= DATA TO EXAMINE =

*** Begin section ***

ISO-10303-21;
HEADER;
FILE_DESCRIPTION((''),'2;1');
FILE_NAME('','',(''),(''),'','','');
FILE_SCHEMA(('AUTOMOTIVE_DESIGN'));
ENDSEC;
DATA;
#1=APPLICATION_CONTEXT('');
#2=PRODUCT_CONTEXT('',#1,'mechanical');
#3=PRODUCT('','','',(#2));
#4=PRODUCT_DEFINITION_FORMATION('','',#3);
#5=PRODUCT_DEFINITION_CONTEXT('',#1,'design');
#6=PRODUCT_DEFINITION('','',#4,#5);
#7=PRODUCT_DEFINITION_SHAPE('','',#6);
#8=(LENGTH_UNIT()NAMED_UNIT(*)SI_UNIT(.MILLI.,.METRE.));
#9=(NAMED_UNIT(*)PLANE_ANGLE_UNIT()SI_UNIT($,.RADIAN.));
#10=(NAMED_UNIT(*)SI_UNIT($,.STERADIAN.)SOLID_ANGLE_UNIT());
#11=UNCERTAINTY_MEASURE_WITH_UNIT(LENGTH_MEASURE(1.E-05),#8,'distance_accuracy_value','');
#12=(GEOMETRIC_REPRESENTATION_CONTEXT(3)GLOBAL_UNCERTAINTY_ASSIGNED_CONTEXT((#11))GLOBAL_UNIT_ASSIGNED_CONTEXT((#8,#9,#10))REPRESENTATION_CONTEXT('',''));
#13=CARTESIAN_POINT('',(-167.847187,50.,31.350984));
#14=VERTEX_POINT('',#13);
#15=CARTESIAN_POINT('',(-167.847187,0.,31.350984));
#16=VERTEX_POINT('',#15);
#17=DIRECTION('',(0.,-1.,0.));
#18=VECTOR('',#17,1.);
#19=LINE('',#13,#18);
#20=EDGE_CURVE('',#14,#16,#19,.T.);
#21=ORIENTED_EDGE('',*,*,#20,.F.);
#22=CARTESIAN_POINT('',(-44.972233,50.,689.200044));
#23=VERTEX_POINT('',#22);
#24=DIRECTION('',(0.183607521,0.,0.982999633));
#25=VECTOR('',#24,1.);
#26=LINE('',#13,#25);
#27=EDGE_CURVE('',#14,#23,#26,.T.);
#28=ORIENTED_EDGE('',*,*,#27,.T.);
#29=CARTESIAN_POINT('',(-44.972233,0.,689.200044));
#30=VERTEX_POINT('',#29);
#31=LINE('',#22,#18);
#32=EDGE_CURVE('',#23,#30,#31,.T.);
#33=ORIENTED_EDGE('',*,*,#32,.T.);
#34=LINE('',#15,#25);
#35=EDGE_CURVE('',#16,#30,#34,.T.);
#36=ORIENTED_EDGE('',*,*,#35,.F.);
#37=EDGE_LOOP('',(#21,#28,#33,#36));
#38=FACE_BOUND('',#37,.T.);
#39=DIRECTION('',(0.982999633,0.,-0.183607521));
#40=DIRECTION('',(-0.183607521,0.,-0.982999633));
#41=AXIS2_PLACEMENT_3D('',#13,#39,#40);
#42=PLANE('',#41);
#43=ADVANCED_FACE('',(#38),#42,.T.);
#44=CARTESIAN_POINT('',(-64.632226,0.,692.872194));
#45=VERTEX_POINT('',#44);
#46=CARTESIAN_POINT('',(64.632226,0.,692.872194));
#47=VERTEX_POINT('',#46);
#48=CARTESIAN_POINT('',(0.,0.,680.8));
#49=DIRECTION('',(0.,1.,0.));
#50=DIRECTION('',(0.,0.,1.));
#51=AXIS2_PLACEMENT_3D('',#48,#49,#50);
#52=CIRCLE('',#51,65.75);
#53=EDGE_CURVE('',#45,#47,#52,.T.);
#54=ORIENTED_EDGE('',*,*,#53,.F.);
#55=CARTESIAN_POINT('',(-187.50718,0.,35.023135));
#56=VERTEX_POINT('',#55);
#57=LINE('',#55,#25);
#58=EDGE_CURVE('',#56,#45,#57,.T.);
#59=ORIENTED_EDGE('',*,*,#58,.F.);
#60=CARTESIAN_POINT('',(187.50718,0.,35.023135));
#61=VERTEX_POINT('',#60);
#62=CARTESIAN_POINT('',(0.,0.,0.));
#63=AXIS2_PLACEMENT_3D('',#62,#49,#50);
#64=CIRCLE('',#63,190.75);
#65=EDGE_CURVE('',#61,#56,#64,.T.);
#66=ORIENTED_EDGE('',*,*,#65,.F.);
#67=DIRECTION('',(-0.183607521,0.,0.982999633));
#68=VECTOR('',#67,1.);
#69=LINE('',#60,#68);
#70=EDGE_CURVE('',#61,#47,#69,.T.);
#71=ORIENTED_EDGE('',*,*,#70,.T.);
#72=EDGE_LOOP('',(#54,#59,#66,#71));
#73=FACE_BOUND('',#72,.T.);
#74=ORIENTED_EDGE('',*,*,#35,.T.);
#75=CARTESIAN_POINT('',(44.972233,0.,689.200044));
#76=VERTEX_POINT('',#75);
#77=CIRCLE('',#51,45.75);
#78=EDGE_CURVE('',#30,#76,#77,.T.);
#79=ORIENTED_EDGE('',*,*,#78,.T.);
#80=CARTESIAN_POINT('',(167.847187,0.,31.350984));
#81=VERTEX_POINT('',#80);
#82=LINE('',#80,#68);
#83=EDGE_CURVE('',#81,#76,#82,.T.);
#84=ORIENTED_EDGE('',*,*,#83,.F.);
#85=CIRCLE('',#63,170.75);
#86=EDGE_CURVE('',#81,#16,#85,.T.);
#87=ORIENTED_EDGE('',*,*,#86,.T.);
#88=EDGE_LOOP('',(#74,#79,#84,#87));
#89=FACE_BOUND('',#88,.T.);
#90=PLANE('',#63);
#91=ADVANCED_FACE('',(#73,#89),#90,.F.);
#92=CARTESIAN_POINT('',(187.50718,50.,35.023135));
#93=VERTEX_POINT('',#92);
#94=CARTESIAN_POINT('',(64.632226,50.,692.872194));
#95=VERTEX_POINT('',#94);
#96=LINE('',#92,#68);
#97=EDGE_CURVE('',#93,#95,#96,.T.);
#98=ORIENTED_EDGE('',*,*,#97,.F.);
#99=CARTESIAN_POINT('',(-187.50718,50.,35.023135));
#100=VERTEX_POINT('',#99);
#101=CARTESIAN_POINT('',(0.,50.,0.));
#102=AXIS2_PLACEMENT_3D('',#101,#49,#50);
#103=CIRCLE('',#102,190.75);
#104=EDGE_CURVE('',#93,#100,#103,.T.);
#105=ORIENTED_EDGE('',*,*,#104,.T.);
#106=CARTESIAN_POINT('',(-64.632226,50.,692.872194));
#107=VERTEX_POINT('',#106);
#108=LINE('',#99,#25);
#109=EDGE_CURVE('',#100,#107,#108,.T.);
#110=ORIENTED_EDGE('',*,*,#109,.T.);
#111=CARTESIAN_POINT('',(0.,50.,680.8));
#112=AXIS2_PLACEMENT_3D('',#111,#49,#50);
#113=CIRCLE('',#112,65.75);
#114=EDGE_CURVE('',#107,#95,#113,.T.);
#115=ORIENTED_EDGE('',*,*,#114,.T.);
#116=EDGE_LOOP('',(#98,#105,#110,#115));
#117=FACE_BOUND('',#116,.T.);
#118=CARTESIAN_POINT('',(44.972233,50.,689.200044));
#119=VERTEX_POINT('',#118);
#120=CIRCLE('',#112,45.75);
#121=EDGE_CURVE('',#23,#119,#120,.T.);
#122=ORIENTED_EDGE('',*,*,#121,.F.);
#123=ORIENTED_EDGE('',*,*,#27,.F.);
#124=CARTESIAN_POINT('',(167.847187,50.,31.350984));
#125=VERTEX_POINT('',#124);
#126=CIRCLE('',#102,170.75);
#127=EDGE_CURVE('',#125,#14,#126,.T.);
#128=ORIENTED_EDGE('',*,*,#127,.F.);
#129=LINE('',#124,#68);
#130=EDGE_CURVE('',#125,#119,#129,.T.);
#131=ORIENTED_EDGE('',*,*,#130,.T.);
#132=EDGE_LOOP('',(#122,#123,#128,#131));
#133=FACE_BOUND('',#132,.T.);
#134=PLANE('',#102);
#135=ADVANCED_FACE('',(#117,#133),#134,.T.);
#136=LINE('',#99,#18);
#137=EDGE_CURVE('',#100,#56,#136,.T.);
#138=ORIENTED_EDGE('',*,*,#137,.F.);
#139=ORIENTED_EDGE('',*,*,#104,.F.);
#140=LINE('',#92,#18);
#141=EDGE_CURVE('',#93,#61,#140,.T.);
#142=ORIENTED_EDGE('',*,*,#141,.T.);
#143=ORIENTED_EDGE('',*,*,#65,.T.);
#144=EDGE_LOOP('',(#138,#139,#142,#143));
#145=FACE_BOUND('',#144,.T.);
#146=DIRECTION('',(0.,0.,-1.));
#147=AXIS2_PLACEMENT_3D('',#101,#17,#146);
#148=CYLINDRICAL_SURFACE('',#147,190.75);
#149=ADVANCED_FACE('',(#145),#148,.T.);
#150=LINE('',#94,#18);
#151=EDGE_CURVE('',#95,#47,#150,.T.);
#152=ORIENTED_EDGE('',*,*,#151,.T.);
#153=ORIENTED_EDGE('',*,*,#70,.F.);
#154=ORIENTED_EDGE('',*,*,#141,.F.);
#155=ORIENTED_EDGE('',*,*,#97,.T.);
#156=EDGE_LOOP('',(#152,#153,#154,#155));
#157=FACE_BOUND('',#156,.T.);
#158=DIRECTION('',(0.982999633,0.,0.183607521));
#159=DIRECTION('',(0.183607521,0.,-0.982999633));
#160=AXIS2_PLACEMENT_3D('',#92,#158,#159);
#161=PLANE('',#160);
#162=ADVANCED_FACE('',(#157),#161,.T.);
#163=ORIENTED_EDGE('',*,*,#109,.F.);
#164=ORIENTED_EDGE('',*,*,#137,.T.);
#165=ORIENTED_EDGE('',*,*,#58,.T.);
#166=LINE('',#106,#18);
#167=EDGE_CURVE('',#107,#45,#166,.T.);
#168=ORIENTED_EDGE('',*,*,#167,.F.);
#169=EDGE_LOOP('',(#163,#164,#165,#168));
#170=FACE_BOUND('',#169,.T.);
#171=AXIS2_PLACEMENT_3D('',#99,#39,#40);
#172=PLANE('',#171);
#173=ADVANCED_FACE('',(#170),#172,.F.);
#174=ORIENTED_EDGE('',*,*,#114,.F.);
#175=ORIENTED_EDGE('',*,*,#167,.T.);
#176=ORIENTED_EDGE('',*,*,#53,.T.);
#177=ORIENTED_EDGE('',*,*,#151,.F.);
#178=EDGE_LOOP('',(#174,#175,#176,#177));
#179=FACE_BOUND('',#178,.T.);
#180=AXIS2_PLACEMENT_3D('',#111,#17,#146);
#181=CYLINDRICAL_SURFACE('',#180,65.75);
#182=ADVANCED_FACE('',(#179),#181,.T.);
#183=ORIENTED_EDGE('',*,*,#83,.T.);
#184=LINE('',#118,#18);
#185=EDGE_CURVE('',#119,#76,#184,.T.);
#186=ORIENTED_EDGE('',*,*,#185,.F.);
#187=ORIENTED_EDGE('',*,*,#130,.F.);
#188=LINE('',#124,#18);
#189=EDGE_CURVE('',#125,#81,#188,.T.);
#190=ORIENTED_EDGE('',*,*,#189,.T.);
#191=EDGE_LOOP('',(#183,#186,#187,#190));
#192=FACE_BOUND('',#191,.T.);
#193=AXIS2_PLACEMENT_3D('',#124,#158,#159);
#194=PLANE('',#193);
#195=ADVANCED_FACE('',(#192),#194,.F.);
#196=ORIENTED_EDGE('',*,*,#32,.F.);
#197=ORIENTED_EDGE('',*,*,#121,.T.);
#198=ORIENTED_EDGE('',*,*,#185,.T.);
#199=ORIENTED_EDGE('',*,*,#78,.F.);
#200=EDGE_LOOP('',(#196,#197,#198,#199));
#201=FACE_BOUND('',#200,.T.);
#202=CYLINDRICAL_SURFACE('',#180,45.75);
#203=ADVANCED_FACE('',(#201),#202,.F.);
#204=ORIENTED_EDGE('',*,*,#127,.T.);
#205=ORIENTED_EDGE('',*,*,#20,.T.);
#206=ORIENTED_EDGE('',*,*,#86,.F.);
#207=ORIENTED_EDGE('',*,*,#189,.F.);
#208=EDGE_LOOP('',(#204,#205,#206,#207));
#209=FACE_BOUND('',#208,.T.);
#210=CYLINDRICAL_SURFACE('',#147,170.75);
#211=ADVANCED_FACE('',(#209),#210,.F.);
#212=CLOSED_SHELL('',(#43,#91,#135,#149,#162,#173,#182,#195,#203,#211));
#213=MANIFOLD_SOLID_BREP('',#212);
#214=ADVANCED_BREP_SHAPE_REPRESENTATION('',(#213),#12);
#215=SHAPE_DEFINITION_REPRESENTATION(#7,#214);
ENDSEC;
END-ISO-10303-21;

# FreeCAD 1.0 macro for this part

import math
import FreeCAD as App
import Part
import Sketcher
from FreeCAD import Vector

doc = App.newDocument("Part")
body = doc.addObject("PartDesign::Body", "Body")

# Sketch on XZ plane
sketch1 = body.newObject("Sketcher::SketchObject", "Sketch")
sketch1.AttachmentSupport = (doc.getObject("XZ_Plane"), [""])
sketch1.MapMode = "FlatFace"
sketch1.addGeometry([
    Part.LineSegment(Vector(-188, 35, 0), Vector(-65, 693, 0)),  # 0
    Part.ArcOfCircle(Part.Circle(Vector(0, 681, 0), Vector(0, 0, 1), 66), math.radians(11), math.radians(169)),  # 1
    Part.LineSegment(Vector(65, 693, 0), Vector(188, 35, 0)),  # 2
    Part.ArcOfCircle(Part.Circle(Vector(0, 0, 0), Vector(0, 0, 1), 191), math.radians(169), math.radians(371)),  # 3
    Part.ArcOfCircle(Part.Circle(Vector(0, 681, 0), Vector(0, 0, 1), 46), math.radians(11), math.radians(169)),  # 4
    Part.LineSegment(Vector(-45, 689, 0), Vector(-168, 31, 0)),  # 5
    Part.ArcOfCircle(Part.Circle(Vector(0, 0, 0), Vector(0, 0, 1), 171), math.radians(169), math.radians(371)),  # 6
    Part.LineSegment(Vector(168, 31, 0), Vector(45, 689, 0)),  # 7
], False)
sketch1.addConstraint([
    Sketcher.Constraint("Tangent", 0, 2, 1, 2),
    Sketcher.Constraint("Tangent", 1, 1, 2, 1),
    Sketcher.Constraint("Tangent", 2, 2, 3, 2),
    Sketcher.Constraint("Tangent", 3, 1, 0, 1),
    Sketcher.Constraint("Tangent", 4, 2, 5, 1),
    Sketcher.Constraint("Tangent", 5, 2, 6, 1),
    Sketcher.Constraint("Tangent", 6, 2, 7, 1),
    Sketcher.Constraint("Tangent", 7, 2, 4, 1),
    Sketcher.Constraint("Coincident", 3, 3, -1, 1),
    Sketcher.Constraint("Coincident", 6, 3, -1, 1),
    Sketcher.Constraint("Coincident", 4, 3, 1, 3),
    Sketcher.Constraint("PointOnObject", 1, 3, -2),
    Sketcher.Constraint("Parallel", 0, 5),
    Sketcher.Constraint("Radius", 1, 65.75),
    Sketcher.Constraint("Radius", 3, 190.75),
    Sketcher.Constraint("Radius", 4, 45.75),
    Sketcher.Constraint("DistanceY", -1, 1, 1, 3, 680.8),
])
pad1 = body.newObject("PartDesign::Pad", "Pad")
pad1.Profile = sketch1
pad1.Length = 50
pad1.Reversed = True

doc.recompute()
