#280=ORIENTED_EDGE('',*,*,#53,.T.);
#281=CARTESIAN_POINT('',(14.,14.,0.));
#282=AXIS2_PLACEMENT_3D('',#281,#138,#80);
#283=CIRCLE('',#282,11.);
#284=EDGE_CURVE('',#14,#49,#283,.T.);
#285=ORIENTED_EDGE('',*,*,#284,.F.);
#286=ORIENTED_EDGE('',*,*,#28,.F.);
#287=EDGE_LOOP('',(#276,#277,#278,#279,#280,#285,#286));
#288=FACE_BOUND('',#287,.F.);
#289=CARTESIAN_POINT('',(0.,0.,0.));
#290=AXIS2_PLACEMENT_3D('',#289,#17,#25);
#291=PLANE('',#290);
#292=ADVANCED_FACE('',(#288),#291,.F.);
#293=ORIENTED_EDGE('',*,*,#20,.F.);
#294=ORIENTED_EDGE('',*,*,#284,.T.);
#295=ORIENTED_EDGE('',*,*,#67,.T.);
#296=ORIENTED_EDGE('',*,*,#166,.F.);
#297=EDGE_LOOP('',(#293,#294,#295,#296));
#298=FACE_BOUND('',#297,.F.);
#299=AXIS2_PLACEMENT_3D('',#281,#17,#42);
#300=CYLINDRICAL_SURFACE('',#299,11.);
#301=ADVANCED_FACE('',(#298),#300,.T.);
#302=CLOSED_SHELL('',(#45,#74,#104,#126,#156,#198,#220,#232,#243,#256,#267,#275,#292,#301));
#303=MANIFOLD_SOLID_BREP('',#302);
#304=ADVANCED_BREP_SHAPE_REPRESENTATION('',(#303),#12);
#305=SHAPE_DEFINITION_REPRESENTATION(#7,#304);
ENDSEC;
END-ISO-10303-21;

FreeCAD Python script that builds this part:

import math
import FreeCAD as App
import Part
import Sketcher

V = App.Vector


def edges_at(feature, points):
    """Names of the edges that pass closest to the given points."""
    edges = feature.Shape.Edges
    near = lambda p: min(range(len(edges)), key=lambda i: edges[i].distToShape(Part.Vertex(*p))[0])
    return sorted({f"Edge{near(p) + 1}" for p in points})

*** End section ***

= EXERCISE GOAL =
Which lines run from the one holding "#62=CARTESIAN_POINT('',(0.,0.,0.));" through the one holding "#93=VERTEX_POINT('',#92);" in the records above? Repeat them exactly, both included, and nothing more.

= ANSWER TO THIS TASK =
#62=CARTESIAN_POINT('',(0.,0.,0.));
#63=AXIS2_PLACEMENT_3D('',#62,#49,#50);
#64=CIRCLE('',#63,190.75);
#65=EDGE_CURVE('',#61,#56,#64,.T.);
#66=ORIENTED_EDGE('',*,*,#65,.F.);
#67=DIRECTION('',(-0.183607521,0.,0.982999633));
#68=VECTOR('',#67,1.);
#69=LINE('',#60,#68);
#70=EDGE_CURVE('',#61,#47,#69,.T.);
#71=ORIENTED_EDGE('',*,*,#70,.T.);
#72=EDGE_LOOP('',(#54,#59,#66,#71));
#73=FACE_BOUND('',#72,.T.);
#74=ORIENTED_EDGE('',*,*,#35,.T.);
#75=CARTESIAN_POINT('',(44.972233,0.,689.200044));
#76=VERTEX_POINT('',#75);
#77=CIRCLE('',#51,45.75);
#78=EDGE_CURVE('',#30,#76,#77,.T.);
#79=ORIENTED_EDGE('',*,*,#78,.T.);
#80=CARTESIAN_POINT('',(167.847187,0.,31.350984));
#81=VERTEX_POINT('',#80);
#82=LINE('',#80,#68);
#83=EDGE_CURVE('',#81,#76,#82,.T.);
#84=ORIENTED_EDGE('',*,*,#83,.F.);
#85=CIRCLE('',#63,170.75);
#86=EDGE_CURVE('',#81,#16,#85,.T.);
#87=ORIENTED_EDGE('',*,*,#86,.T.);
#88=EDGE_LOOP('',(#74,#79,#84,#87));
#89=FACE_BOUND('',#88,.T.);
#90=PLANE('',#63);
#91=ADVANCED_FACE('',(#73,#89),#90,.F.);
#92=CARTESIAN_POINT('',(187.50718,50.,35.023135));
#93=VERTEX_POINT('',#92);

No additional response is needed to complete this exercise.